Is there such a thing as a javascript deminifier (deobfuscator)? [closed] - obfuscation

Closed. This question does not meet Stack Overflow guidelines. It is not currently accepting answers.
We don’t allow questions seeking recommendations for books, tools, software libraries, and more. You can edit the question so it can be answered with facts and citations.
Closed 2 years ago.
Improve this question
This question is exactly the opposite of Which Javascript minifier (cruncher) does the same things that the one Google uses for its JS APIs?
I want to learn how google does it's loading so I can build my own with non-popular JS toolkits.

Try this: JS Beautifier

Try http://www.jsnice.org/
I just stumbled on it and it is great. It expands the code. It has statistical variable renaming. for example, if you have this code:
var g = f.originalEvent.targetTouches[0];
Then it it turns your code into:
var touches = event.originalEvent.targetTouches[0];
Pretty good guess, methinks.
It turned this:
d.slide.hasClass("selected") ? (e.onSlideOpen.call(d.prev.children("div")[0]), q ? (e.rtl && d.slide.position().left > i.w / 2 || d.slide.position().left < i.w / 2) && h.animateSlide.call(d) : t && d.index ? (h.animateGroup(d, !0), h.fitToContent(d.prev)) : d.slide.position().top < i.h / 2 && h.animateSlide.call(d)) : (setTimeout(function() { e.onSlideOpen.call(d.slide.children("div")[0]) }, e.slideSpeed), h.animateGroup(d), t && h.fitToContent(d.slide)), e.autoPlay && (f.stop(), f.play(l.index(j.filter(".selected"))))
Into this:
if (e.slide.hasClass("selected")) {
settings.onSlideOpen.call(e.prev.children("div")[0]);
if (val) {
if (settings.rtl && e.slide.position().left > box.w / 2 || e.slide.position().left < box.w / 2) {
self.animateSlide.call(e);
}
} else {
if (isMac && e.index) {
self.animateGroup(e, true);
self.fitToContent(e.prev);
} else {
if (e.slide.position().top < box.h / 2) {
self.animateSlide.call(e);
}
}
}
} else {
setTimeout(function() {
settings.onSlideOpen.call(e.slide.children("div")[0]);
}, settings.slideSpeed);
self.animateGroup(e);
if (isMac) {
self.fitToContent(e.slide);
}
}
if (settings.autoPlay) {
node.stop();
node.play(tabs.index(options.filter(".selected")));
}
A library I'm working on has a couple of bugs, and after spending hours trying to decipher the code, finding this is going to save me a bunch of time.
Seriously, this tool wipes the floor with JS Beautifier.

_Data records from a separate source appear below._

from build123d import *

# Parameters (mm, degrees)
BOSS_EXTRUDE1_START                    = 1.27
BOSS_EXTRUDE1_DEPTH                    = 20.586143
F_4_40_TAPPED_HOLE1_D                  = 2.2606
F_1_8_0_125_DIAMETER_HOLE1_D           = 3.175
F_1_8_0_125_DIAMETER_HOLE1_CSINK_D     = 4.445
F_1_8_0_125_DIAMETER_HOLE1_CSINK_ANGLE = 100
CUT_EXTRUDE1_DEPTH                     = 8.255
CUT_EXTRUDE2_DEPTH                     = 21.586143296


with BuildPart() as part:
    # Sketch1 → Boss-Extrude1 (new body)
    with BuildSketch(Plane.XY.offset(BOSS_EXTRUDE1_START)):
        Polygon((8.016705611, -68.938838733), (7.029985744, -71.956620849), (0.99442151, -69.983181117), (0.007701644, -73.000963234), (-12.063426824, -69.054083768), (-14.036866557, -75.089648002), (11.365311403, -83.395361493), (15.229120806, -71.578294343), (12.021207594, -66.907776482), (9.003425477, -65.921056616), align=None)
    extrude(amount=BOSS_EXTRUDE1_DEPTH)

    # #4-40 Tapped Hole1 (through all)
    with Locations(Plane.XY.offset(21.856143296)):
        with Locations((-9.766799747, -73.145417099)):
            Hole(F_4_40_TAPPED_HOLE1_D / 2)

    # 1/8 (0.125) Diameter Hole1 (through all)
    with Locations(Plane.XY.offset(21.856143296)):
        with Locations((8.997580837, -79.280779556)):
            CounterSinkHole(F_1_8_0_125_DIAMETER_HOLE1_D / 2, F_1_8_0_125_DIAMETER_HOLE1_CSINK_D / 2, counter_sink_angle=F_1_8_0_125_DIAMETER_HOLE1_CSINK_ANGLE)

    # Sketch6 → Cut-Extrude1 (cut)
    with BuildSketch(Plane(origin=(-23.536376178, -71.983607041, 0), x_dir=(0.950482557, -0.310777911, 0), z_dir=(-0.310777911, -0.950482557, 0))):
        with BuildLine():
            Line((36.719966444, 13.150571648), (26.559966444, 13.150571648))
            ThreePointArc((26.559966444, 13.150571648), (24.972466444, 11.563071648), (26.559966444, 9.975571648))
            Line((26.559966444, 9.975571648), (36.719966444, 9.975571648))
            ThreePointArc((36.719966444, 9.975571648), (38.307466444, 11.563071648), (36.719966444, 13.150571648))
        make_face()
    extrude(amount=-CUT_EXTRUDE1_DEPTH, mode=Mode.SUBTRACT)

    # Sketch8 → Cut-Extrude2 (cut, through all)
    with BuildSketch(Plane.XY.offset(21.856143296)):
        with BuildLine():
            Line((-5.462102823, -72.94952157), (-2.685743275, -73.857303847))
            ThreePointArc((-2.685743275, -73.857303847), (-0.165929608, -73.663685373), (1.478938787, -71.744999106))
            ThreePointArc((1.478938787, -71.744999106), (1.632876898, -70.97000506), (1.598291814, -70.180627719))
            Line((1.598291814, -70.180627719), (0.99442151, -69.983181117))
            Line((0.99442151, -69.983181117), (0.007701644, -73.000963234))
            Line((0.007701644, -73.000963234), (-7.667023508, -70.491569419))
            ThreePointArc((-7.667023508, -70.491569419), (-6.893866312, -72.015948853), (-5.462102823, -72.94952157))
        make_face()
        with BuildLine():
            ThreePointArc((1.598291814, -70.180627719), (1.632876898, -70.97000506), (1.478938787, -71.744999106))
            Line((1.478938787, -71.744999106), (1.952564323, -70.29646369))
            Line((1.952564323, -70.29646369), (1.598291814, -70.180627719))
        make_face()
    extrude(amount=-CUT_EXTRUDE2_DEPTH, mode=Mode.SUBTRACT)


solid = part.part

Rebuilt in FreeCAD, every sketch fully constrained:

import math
import FreeCAD as App
import Part
import Sketcher
from FreeCAD import Vector
Q = App.Units.Quantity

doc = App.newDocument("Part")
params = doc.addObject("Spreadsheet::Sheet", "Params")
for row, (alias, value) in enumerate([
    ("sketch1_length", "0.5 in"),
    ("sketch1_length2", "0.25 in"),
    ("sketch1_length3", "0.125 in"),
    ("pad1_length", "20.586143 mm"),
    ("sketch2_diameter", "0.089 in"),
    ("hole_diameter", "0.089 in"),
    ("sketch3_diameter", "0.125 in"),
    ("hole2_diameter", "0.125 in"),
    ("hole2_csink_diameter", "0.175 in"),
    ("sketch4_width", "0.4 in"),
    ("sketch4_radius", "0.0625 in"),
    ("pocket1_length", "0.325 in"),
    ("sketch5_radius", "0.13 in"),
    ("sketch5_length", "0.06 in"),
    ("sketch5_length2", "0.115 in"),
    ("sketch5_length3", "0.125 in"),
], start=1):
    params.set(f"A{row}", alias)
    params.set(f"B{row}", "=" + value)
    params.setAlias(f"B{row}", alias)

body = doc.addObject("PartDesign::Body", "Body")

# Sketch on XY plane
sketch1 = body.newObject("Sketcher::SketchObject", "Sketch")
sketch1.AttachmentSupport = (doc.getObject("XY_Plane"), [""])
sketch1.MapMode = "FlatFace"
sketch1.AttachmentOffset = App.Placement(Vector(0, 0, 0.05 * 25.4), App.Rotation())
sketch1.addGeometry(Part.LineSegment(Vector(8, -68.9, 0), Vector(7, -72, 0)), False)
sketch1.addGeometry(Part.LineSegment(Vector(7, -72, 0), Vector(1, -70, 0)), False)
sketch1.addGeometry(Part.LineSegment(Vector(1, -70, 0), Vector(0, -73, 0)), False)
sketch1.addGeometry(Part.LineSegment(Vector(0, -73, 0), Vector(-12.1, -69.1, 0)), False)
sketch1.addGeometry(Part.LineSegment(Vector(-12.1, -69.1, 0), Vector(-14, -75.1, 0)), False)
sketch1.addGeometry(Part.LineSegment(Vector(-14, -75.1, 0), Vector(11.4, -83.4, 0)), False)
sketch1.addGeometry(Part.LineSegment(Vector(11.4, -83.4, 0), Vector(15.2, -71.6, 0)), False)
sketch1.addGeometry(Part.LineSegment(Vector(15.2, -71.6, 0), Vector(12, -66.9, 0)), False)
sketch1.addGeometry(Part.LineSegment(Vector(12, -66.9, 0), Vector(9, -65.9, 0)), False)
sketch1.addGeometry(Part.LineSegment(Vector(9, -65.9, 0), Vector(8, -68.9, 0)), False)
sketch1.addConstraint(Sketcher.Constraint("Coincident", 0, 2, 1, 1))
sketch1.addConstraint(Sketcher.Constraint("Coincident", 1, 2, 2, 1))
sketch1.addConstraint(Sketcher.Constraint("Coincident", 2, 2, 3, 1))
sketch1.addConstraint(Sketcher.Constraint("Coincident", 3, 2, 4, 1))
sketch1.addConstraint(Sketcher.Constraint("Coincident", 4, 2, 5, 1))
sketch1.addConstraint(Sketcher.Constraint("Coincident", 5, 2, 6, 1))
sketch1.addConstraint(Sketcher.Constraint("Coincident", 6, 2, 7, 1))
sketch1.addConstraint(Sketcher.Constraint("Coincident", 7, 2, 8, 1))
sketch1.addConstraint(Sketcher.Constraint("Coincident", 8, 2, 9, 1))
sketch1.addConstraint(Sketcher.Constraint("Coincident", 9, 2, 0, 1))
sketch1.addConstraint(Sketcher.Constraint("Perpendicular", 0, 1))
sketch1.addConstraint(Sketcher.Constraint("Perpendicular", 1, 2))
sketch1.addConstraint(Sketcher.Constraint("Perpendicular", 2, 3))
sketch1.addConstraint(Sketcher.Constraint("Perpendicular", 3, 4))
sketch1.addConstraint(Sketcher.Constraint("Perpendicular", 4, 5))
sketch1.addConstraint(Sketcher.Constraint("Perpendicular", 5, 6))
sketch1.addConstraint(Sketcher.Constraint("Perpendicular", 6, 8))
sketch1.addConstraint(Sketcher.Constraint("Perpendicular", 8, 9))
sketch1.addConstraint(Sketcher.Constraint("Equal", 0, 2))
sketch1.addConstraint(Sketcher.Constraint("Equal", 1, 4))
sketch1.addConstraint(Sketcher.Constraint("Equal", 2, 8))
sketch1.addConstraint(Sketcher.Constraint("Equal", 8, 9))
sketch1.addConstraint(Sketcher.Constraint("Distance", 3, Q("0.5 in")))
sketch1.addConstraint(Sketcher.Constraint("Distance", 1, Q("0.25 in")))
sketch1.addConstraint(Sketcher.Constraint("Distance", 0, Q("0.125 in")))
sketch1.addConstraint(Sketcher.Constraint("DistanceX", -1, 1, 2, 2, 0.007702))
sketch1.addConstraint(Sketcher.Constraint("DistanceY", 5, 2, 2, 2, 10.394398))
sketch1.addConstraint(Sketcher.Constraint("DistanceX", 1, 2, 6, 2, 14.234699))
sketch1.addConstraint(Sketcher.Constraint("DistanceX", 9, 2, 7, 2, 4.004502))
sketch1.addConstraint(Sketcher.Constraint("DistanceY", 0, 2, -1, 1, 71.956621))
sketch1.setExpression("Constraints[22]", "Params.sketch1_length")
sketch1.setExpression("Constraints[23]", "Params.sketch1_length2")
sketch1.setExpression("Constraints[24]", "Params.sketch1_length3")
pad1 = body.newObject("PartDesign::Pad", "Pad")
pad1.Profile = sketch1
pad1.setExpression("Length", "Params.pad1_length")

# Sketch on XY plane
sketch2 = body.newObject("Sketcher::SketchObject", "Sketch001")
sketch2.AttachmentSupport = (doc.getObject("XY_Plane"), [""])
sketch2.MapMode = "FlatFace"
sketch2.AttachmentOffset = App.Placement(Vector(0, 0, 21.856143), App.Rotation())
sketch2.addGeometry(Part.Circle(Vector(-9.8, -73.1, 0), Vector(0, 0, 1), 1.1), False)
sketch2.addConstraint(Sketcher.Constraint("Diameter", 0, Q("0.089 in")))
sketch2.addConstraint(Sketcher.Constraint("DistanceX", 0, 3, -1, 1, 9.7668))
sketch2.addConstraint(Sketcher.Constraint("DistanceY", 0, 3, -1, 1, 73.145417))
sketch2.setExpression("Constraints[0]", "Params.sketch2_diameter")
doc.recompute()
hole = body.newObject("PartDesign::Hole", "Hole")
hole.Profile = sketch2
hole.ThreadType = "None"
hole.setExpression("Diameter", "Params.hole_diameter")
hole.DepthType = "ThroughAll"

# Sketch on XY plane
sketch3 = body.newObject("Sketcher::SketchObject", "Sketch002")
sketch3.AttachmentSupport = (doc.getObject("XY_Plane"), [""])
sketch3.MapMode = "FlatFace"
sketch3.AttachmentOffset = App.Placement(Vector(0, 0, 21.856143), App.Rotation())
sketch3.addGeometry(Part.Circle(Vector(9, -79.3, 0), Vector(0, 0, 1), 1.6), False)
sketch3.addConstraint(Sketcher.Constraint("Diameter", 0, Q("0.125 in")))
sketch3.addConstraint(Sketcher.Constraint("DistanceX", -1, 1, 0, 3, 8.997581))
sketch3.addConstraint(Sketcher.Constraint("DistanceY", 0, 3, -1, 1, 79.28078))
sketch3.setExpression("Constraints[0]", "Params.sketch3_diameter")
doc.recompute()
hole2 = body.newObject("PartDesign::Hole", "Hole001")
hole2.Profile = sketch3
hole2.ThreadType = "None"
hole2.setExpression("Diameter", "Params.hole2_diameter")
hole2.DepthType = "ThroughAll"
hole2.HoleCutType = "Countersink"
hole2.setExpression("HoleCutDiameter", "Params.hole2_csink_diameter")
hole2.HoleCutCountersinkAngle = 100

# Sketch on an angled plane
sketch4 = body.newObject("Sketcher::SketchObject", "Sketch003")
sketch4.Placement = App.Placement(Vector(-23.536376, -71.983607, 0), App.Rotation(Vector(0.950482556, -0.310777911, 0), Vector(0, 0, 0.999999999), Vector(-0.310777911, -0.950482556, 0), "ZXY"))
sketch4.addGeometry(Part.LineSegment(Vector(36.7, 13.2, 0), Vector(26.6, 13.2, 0)), False)
sketch4.addGeometry(Part.ArcOfCircle(Part.Circle(Vector(26.6, 11.6, 0), Vector(0, 0, 1), 1.6), math.radians(90), math.radians(270)), False)
sketch4.addGeometry(Part.LineSegment(Vector(26.6, 10, 0), Vector(36.7, 10, 0)), False)
sketch4.addGeometry(Part.ArcOfCircle(Part.Circle(Vector(36.7, 11.6, 0), Vector(0, 0, 1), 1.6), math.radians(-90), math.radians(90)), False)
sketch4.addConstraint(Sketcher.Constraint("Tangent", 0, 2, 1, 1))
sketch4.addConstraint(Sketcher.Constraint("Tangent", 1, 2, 2, 1))
sketch4.addConstraint(Sketcher.Constraint("Tangent", 2, 2, 3, 1))
sketch4.addConstraint(Sketcher.Constraint("Tangent", 3, 2, 0, 1))
sketch4.addConstraint(Sketcher.Constraint("Horizontal", 0))
sketch4.addConstraint(Sketcher.Constraint("Horizontal", 2))
sketch4.addConstraint(Sketcher.Constraint("DistanceX", 0, 2, 0, 1, Q("0.4 in")))
sketch4.addConstraint(Sketcher.Constraint("Radius", 1, Q("0.0625 in")))
sketch4.addConstraint(Sketcher.Constraint("DistanceY", -1, 1, 1, 3, 11.563072))
sketch4.addConstraint(Sketcher.Constraint("DistanceX", -1, 1, 1, 3, 26.559966))
sketch4.setExpression("Constraints[6]", "Params.sketch4_width")
sketch4.setExpression("Constraints[7]", "Params.sketch4_radius")
pocket1 = body.newObject("PartDesign::Pocket", "Pocket")
pocket1.Profile = sketch4
pocket1.setExpression("Length", "Params.pocket1_length")

# Sketch on XY plane
sketch5 = body.newObject("Sketcher::SketchObject", "Sketch004")
sketch5.AttachmentSupport = (doc.getObject("XY_Plane"), [""])
sketch5.MapMode = "FlatFace"
sketch5.AttachmentOffset = App.Placement(Vector(0, 0, 21.856143), App.Rotation())
sketch5.addGeometry(Part.LineSegment(Vector(-5.46, -72.95, 0), Vector(-2.69, -73.86, 0)), False)
sketch5.addGeometry(Part.ArcOfCircle(Part.Circle(Vector(-1.66, -70.72, 0), Vector(0, 0, 1), 3.3), math.radians(-108), math.radians(-18)), False)
sketch5.addGeometry(Part.LineSegment(Vector(1.48, -71.74, 0), Vector(1.95, -70.3, 0)), False)
sketch5.addGeometry(Part.LineSegment(Vector(1.95, -70.3, 0), Vector(1.6, -70.18, 0)), False)
sketch5.addGeometry(Part.LineSegment(Vector(1.6, -70.18, 0), Vector(0.99, -69.98, 0)), False)
sketch5.addGeometry(Part.LineSegment(Vector(0.99, -69.98, 0), Vector(0.01, -73, 0)), False)
sketch5.addGeometry(Part.LineSegment(Vector(0.01, -73, 0), Vector(-7.67, -70.49, 0)), False)
sketch5.addGeometry(Part.ArcOfCircle(Part.Circle(Vector(-4.44, -69.81, 0), Vector(0, 0, 1), 3.3), math.radians(-168), math.radians(-108)), False)
sketch5.addConstraint(Sketcher.Constraint("Tangent", 0, 2, 1, 1))
sketch5.addConstraint(Sketcher.Constraint("Tangent", 1, 2, 2, 1))
sketch5.addConstraint(Sketcher.Constraint("Coincident", 2, 2, 3, 1))
sketch5.addConstraint(Sketcher.Constraint("Coincident", 3, 2, 4, 1))
sketch5.addConstraint(Sketcher.Constraint("Coincident", 4, 2, 5, 1))
sketch5.addConstraint(Sketcher.Constraint("Coincident", 5, 2, 6, 1))
sketch5.addConstraint(Sketcher.Constraint("Coincident", 6, 2, 7, 1))
sketch5.addConstraint(Sketcher.Constraint("Tangent", 7, 2, 0, 1))
sketch5.addConstraint(Sketcher.Constraint("Equal", 1, 7))
sketch5.addConstraint(Sketcher.Constraint("Perpendicular", 0, 2))
sketch5.addConstraint(Sketcher.Constraint("Perpendicular", 2, 3))
sketch5.addConstraint(Sketcher.Constraint("Parallel", 3, 4))
sketch5.addConstraint(Sketcher.Constraint("Perpendicular", 4, 5))
sketch5.addConstraint(Sketcher.Constraint("Perpendicular", 5, 6))
sketch5.addConstraint(Sketcher.Constraint("Radius", 1, Q("0.13 in")))
sketch5.addConstraint(Sketcher.Constraint("Distance", 2, Q("0.06 in")))
sketch5.addConstraint(Sketcher.Constraint("Distance", 0, Q("0.115 in")))
sketch5.addConstraint(Sketcher.Constraint("Distance", 5, Q("0.125 in")))
sketch5.addConstraint(Sketcher.Constraint("DistanceY", 1, 2, -1, 1, 71.744999))
sketch5.addConstraint(Sketcher.Constraint("DistanceX", -1, 1, 5, 2, 0.007702))
sketch5.addConstraint(Sketcher.Constraint("DistanceY", 3, 2, 7, 3, 0.3696))
sketch5.addConstraint(Sketcher.Constraint("Distance", 3, 0.372729))
sketch5.addConstraint(Sketcher.Constraint("Distance", 4, 0.63533))
sketch5.setExpression("Constraints[14]", "Params.sketch5_radius")
sketch5.setExpression("Constraints[15]", "Params.sketch5_length")
sketch5.setExpression("Constraints[16]", "Params.sketch5_length2")
sketch5.setExpression("Constraints[17]", "Params.sketch5_length3")
pocket2 = body.newObject("PartDesign::Pocket", "Pocket001")
pocket2.Profile = sketch5
pocket2.Type = "ThroughAll"

doc.recompute()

Uhhh, it would be impossible to restore variable names unless there was a mapping of minified -> original variable names available. Otherwise, I think the authors of that tool could win the Randi prize for psychic feats.

Chrome Developer tools has this built in

You will not be able to reconstruct method name or variable names. The best you can hope for is a simple JS code formater (like those previously mentioned), and then to go through the file method by method, line by line, working out what each part does.
Perhaps using a good JS refactoring tool would make this easier as well (being able to rename/document methods)

You can use the \b (word boundary) feature in regular expressions to find single-letter variable names in a file.
for i in "abcdefghij..z"; do
sed -i "s/\b$i\b/$(random /usr/share/dict/words)/g" somefile.js
done
You can also use this in vim with something like :%s/\<a\>/truesaiyanpower/g.

To unminify js files, Unminify would be the best!

To unminify css, html and js files, you can use Unminify or Unminify JS online tool!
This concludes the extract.